Highest Common Factor of 37, 17, 438, 923 using Euclid's algorithm

Created By : Jatin Gogia

Reviewed By : Rajasekhar Valipishetty

Last Updated : Apr 06, 2023


HCF Calculator using the Euclid Division Algorithm helps you to find the Highest common factor (HCF) easily for 37, 17, 438, 923 i.e. 1 the largest integer that leaves a remainder zero for all numbers.

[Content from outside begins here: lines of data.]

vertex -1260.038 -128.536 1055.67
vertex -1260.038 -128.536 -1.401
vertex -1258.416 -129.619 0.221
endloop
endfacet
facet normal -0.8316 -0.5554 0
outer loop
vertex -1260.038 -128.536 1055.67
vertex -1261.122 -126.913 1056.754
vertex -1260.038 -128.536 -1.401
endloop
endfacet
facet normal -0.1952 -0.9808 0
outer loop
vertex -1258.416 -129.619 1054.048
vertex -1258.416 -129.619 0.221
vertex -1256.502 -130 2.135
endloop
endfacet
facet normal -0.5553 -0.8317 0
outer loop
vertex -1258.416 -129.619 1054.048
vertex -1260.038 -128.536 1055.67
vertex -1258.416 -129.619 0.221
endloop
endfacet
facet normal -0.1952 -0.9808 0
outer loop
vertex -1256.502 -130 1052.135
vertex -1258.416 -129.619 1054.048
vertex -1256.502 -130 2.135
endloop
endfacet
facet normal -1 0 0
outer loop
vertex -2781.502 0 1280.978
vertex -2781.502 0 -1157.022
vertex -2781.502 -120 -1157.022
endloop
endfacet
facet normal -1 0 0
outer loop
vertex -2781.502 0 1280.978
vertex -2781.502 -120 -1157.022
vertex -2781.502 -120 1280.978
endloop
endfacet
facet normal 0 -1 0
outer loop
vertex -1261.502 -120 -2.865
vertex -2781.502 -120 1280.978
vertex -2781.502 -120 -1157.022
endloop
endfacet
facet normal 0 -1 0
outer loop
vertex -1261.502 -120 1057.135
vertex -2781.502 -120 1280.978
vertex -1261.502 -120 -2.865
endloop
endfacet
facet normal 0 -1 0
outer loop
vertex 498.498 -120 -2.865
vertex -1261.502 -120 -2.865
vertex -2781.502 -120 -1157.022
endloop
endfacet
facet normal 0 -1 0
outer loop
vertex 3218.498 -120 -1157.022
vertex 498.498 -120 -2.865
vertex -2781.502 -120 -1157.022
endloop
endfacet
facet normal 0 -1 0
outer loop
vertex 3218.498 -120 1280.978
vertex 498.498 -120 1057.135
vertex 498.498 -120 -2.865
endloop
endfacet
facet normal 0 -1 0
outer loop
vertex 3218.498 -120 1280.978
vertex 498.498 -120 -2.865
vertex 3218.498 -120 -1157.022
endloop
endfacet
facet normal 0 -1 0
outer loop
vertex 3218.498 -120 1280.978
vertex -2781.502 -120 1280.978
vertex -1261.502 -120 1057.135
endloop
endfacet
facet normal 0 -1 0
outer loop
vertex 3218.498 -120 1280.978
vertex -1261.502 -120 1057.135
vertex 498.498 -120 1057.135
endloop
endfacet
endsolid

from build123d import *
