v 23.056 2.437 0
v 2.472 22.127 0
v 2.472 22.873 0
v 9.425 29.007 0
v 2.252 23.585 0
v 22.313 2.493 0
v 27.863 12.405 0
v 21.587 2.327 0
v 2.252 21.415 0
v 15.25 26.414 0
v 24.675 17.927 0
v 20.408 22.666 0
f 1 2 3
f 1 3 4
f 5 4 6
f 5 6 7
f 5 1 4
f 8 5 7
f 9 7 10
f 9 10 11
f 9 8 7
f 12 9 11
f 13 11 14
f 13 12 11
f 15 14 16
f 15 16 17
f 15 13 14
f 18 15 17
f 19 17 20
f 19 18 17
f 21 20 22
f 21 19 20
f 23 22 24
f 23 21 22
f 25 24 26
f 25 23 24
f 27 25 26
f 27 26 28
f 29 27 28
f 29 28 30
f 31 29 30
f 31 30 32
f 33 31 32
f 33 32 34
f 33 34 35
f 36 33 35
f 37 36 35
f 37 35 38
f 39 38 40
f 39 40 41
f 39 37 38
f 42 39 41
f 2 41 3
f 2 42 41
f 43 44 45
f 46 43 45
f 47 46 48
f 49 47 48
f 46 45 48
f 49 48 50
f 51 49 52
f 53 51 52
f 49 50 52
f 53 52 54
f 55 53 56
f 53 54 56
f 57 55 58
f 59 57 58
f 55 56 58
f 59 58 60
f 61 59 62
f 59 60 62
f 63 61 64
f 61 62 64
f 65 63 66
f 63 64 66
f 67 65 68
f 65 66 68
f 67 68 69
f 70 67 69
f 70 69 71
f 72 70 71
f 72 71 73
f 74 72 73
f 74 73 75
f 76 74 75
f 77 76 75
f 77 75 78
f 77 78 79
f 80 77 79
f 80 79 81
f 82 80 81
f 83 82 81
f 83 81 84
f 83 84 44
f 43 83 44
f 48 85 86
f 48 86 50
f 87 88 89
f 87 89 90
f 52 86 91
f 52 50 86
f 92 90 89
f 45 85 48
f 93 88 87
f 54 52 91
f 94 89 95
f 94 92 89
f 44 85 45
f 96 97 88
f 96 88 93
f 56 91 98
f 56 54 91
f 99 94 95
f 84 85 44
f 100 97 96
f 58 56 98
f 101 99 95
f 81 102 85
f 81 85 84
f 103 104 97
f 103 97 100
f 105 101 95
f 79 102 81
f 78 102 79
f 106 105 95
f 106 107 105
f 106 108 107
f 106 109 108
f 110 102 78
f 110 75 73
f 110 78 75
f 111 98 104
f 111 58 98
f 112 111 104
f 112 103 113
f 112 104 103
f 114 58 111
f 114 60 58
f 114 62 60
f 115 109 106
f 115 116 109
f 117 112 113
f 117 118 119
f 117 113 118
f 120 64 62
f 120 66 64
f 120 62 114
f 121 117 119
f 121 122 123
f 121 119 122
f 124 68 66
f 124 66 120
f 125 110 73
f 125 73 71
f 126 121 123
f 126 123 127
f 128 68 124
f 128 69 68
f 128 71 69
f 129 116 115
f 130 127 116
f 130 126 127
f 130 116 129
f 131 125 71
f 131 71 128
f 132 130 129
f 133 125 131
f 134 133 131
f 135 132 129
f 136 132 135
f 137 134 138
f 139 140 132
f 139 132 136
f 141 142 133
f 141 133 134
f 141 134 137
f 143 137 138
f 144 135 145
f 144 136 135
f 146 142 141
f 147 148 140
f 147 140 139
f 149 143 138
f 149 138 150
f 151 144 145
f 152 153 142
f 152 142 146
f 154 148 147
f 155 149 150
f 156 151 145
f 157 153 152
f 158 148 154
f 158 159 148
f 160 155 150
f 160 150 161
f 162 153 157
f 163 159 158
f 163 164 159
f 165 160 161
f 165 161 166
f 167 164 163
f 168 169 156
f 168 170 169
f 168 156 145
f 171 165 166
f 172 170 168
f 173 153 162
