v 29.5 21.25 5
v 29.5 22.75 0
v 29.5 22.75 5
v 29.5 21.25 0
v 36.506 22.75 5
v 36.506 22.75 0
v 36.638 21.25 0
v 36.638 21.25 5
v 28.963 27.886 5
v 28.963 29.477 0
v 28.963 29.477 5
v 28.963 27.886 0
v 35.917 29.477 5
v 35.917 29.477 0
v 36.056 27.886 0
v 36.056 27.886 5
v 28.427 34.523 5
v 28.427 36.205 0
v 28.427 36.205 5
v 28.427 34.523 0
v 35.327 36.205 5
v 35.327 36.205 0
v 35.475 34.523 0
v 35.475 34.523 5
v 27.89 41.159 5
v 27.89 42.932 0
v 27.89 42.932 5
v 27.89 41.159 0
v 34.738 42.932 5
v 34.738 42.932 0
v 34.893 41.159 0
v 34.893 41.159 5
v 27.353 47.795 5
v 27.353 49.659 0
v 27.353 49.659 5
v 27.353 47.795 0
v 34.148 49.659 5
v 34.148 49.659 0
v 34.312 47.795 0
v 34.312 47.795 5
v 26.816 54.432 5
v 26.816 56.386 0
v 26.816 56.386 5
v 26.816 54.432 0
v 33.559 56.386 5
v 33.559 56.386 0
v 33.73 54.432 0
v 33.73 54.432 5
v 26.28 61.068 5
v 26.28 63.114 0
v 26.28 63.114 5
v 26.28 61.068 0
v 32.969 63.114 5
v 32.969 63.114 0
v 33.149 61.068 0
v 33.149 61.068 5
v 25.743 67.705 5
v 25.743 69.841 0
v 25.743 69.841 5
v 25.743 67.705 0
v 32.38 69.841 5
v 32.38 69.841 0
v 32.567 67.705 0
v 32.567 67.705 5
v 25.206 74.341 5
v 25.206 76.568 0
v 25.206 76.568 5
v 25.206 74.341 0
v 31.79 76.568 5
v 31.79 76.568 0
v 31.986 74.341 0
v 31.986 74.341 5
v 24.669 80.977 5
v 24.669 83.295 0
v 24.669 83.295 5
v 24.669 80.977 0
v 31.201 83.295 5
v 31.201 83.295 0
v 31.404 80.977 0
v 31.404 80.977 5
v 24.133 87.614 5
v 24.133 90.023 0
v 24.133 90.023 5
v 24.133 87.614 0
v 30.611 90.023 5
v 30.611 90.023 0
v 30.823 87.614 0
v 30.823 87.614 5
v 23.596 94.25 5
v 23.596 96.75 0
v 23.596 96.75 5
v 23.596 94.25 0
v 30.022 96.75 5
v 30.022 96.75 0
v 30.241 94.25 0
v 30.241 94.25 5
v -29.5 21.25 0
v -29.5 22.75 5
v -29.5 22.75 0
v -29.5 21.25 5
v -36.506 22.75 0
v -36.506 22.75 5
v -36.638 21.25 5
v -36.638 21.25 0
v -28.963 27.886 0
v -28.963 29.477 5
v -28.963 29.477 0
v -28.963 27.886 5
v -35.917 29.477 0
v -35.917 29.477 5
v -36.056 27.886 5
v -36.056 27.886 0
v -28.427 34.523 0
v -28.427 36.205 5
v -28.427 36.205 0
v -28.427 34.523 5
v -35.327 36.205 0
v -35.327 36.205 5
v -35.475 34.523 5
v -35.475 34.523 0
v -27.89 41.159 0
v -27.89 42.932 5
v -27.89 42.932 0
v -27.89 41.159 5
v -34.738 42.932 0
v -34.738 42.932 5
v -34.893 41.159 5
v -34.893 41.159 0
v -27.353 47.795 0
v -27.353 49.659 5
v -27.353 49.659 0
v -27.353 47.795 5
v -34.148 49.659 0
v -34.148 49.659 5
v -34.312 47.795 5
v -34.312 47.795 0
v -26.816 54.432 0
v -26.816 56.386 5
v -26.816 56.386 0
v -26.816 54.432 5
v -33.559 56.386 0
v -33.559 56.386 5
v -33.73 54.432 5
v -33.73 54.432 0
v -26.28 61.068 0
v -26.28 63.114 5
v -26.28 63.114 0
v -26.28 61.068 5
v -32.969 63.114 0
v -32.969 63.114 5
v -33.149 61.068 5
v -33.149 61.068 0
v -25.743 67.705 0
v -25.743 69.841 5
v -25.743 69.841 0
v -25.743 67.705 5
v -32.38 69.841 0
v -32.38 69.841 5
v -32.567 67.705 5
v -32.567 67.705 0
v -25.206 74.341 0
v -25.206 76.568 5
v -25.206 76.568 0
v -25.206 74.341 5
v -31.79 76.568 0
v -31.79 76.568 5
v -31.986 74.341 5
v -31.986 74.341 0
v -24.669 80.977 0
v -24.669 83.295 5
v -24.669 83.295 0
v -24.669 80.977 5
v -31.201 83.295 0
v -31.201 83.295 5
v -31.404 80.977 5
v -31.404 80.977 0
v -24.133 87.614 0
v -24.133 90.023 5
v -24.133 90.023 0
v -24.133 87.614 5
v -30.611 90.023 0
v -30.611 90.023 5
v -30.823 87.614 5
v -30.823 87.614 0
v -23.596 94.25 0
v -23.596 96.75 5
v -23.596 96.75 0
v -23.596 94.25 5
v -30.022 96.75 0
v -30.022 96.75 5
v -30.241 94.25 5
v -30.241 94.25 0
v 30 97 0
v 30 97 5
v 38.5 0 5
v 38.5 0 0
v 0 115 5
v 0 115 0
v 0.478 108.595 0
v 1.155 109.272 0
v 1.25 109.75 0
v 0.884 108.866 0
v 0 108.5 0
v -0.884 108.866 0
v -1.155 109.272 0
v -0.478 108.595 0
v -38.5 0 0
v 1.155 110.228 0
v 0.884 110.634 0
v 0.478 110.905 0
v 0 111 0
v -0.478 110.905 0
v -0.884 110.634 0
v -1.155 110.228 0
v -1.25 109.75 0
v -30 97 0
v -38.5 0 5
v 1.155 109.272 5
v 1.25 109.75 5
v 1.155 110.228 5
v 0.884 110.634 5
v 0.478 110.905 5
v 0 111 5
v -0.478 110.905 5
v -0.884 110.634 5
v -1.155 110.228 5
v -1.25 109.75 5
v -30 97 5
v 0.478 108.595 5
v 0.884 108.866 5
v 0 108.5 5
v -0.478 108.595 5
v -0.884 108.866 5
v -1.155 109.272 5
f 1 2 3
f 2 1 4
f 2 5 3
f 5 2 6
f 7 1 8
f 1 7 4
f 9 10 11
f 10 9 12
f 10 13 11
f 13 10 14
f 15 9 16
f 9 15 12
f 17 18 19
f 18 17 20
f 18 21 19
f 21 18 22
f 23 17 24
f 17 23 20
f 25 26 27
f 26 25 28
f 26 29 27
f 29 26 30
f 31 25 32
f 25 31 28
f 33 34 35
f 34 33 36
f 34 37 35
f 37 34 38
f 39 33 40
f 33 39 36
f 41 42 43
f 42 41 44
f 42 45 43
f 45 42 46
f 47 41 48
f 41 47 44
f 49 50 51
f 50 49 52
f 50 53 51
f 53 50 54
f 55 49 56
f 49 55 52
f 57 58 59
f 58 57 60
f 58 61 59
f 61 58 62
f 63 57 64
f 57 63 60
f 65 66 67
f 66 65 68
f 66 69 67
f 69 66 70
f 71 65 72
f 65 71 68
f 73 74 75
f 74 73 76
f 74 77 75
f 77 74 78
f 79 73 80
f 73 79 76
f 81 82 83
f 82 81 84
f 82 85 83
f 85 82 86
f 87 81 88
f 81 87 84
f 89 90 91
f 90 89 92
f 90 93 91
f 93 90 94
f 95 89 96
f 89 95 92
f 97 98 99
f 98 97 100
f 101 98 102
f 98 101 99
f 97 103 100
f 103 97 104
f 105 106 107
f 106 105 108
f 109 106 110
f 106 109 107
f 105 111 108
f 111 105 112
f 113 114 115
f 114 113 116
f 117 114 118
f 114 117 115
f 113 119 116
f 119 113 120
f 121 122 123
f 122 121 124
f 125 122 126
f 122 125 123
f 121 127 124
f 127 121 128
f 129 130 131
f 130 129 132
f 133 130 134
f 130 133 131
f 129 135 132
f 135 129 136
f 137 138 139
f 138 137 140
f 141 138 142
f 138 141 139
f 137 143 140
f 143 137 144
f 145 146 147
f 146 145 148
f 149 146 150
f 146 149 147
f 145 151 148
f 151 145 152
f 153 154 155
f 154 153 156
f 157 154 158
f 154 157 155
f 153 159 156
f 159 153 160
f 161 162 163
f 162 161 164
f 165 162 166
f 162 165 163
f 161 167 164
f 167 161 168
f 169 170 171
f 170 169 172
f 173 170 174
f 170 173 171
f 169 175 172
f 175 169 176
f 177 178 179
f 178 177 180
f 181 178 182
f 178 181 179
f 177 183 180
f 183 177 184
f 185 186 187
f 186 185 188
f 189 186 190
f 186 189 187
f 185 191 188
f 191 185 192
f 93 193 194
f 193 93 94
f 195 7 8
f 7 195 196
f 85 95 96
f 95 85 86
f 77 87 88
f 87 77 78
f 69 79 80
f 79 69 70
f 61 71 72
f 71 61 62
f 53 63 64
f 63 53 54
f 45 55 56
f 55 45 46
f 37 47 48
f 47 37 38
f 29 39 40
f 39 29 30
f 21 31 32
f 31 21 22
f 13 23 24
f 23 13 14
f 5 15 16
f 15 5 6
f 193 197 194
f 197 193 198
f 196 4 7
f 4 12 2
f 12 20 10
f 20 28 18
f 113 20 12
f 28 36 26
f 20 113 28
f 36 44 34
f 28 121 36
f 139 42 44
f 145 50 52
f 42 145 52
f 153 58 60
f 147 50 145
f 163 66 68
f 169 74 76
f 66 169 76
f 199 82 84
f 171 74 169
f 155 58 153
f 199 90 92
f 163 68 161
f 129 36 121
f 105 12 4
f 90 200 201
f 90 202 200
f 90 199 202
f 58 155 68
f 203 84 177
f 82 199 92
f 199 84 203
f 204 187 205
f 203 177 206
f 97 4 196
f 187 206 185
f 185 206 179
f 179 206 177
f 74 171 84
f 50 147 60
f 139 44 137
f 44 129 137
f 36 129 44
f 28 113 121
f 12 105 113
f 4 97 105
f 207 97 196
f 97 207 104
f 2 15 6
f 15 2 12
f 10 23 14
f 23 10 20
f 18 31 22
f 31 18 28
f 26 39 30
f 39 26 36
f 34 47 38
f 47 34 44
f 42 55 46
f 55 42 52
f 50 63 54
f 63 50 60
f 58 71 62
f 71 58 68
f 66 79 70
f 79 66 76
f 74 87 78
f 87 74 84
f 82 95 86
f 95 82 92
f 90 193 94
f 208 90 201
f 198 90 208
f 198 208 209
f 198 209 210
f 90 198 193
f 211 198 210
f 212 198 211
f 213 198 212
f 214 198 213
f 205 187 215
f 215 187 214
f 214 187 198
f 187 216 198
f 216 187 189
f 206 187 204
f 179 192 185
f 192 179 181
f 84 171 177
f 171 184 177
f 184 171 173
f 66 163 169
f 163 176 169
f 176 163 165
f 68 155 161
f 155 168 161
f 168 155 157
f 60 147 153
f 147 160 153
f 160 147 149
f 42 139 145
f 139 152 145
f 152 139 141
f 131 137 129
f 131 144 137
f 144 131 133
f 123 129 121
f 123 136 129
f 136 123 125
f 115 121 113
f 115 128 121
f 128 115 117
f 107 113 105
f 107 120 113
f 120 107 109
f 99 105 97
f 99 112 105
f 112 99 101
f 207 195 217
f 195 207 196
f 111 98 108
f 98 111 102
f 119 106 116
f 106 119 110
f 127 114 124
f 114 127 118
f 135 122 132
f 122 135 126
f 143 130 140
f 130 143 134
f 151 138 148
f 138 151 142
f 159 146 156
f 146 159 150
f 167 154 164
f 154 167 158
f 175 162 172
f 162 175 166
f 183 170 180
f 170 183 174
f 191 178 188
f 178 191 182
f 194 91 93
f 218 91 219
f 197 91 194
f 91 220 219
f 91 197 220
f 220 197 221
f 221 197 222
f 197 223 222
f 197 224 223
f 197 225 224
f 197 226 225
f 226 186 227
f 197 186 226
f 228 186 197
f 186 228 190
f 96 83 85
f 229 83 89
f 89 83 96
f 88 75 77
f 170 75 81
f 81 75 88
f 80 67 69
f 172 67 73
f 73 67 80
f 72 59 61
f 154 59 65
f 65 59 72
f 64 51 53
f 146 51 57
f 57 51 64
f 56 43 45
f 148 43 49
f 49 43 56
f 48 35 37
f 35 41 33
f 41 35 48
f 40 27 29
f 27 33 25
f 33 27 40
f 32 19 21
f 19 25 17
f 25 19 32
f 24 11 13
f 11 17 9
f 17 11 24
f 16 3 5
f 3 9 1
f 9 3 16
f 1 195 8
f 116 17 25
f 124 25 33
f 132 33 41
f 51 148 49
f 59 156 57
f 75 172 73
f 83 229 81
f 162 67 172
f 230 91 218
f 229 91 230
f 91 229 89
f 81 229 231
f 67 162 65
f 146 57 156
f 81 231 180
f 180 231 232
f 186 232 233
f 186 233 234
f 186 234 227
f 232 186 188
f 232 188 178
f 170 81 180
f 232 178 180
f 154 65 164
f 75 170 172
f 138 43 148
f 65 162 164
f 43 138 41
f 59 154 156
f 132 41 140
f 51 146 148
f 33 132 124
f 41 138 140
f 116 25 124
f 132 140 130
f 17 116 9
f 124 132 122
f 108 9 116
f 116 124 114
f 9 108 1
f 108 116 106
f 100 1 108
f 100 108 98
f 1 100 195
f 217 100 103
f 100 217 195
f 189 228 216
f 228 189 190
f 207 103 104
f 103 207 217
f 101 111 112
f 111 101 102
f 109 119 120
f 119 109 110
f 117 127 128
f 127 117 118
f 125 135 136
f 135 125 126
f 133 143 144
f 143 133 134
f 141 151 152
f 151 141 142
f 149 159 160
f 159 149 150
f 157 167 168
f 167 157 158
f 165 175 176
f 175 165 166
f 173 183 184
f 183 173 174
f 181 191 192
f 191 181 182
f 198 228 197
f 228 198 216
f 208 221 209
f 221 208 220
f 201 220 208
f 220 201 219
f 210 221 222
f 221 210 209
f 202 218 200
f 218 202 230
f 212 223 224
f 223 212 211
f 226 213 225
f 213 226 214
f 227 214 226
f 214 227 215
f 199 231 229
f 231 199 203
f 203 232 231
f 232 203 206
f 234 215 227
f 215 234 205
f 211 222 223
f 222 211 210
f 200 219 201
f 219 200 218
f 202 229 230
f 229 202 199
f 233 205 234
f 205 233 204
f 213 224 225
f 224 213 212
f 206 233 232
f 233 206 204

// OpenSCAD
$fa = 0.5;
$fs = 0.5;
base_width = 77;
top_width = 60;
base_height = 97;
total_height = 115;
top_height = total_height - base_height;
num_slots = 12;
lower_slot_height=23.5;
lower_slot_width = 1.5;
slot_length = 6;
top_slot_width = 2.5;
drill_d = 2;
top_hole_d = 2.5;
top_hole_offset = 4 + top_hole_d / 2;
thickness = 5;

points = [ [0,0], [base_width/2,0], [top_width/2,base_height], [0,total_height]];

module slots()
{
    slot_w_increase = ( top_slot_width - lower_slot_width ) / (num_slots - 1);
    slot_y_increase = ( base_height - lower_slot_height ) / (num_slots -1 );
    lower_slot_base_width = base_width+((top_width-base_width)/base_height)*lower_slot_height;
    echo(lower_slot_base_width);
    slot_x_increase = ( lower_slot_base_width - top_width ) / 2 / (num_slots );
    for( i = [0:num_slots-1] )
    {
        translate([base_width/2-slot_length/2-slot_x_increase*i,lower_slot_height+i*slot_y_increase-lower_slot_width,thickness/2])
        assign(slot_width = lower_slot_width+i*slot_w_increase)
            cube([slot_length*2,slot_width,thickness*2],center=true);
    }
}

difference()
{
    bridge();
    slots();
    mirror([1,0,0])
        slots();
    translate([0,total_height-top_hole_offset,thickness/2])
        cylinder(r=top_hole_d/2,h=thickness*2,center=true);
}
module bridge()
linear_extrude(height=thickness)
{
    mirror([1,0,0])
        polygon(points);
    polygon(points);
}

HCF of 37, 17, 438, 923 is 1 the largest number which exactly divides all the numbers i.e. where the remainder is zero. Let us get into the working of this example.

Consider we have numbers 37, 17, 438, 923 and we need to find the HCF of these numbers. To do so, we need to choose the largest integer first and then as per Euclid's Division Lemma a = bq + r where 0 ≤ r ≤ b

Highest common factor (HCF) of 37, 17, 438, 923 is 1.

HCF(37, 17, 438, 923) = 1

HCF of 37, 17, 438, 923 using Euclid's algorithm

Highest common factor or Highest common divisor (hcd) can be calculated by Euclid's algotithm.

HCF of:

Highest common factor (HCF) of 37, 17, 438, 923 is 1.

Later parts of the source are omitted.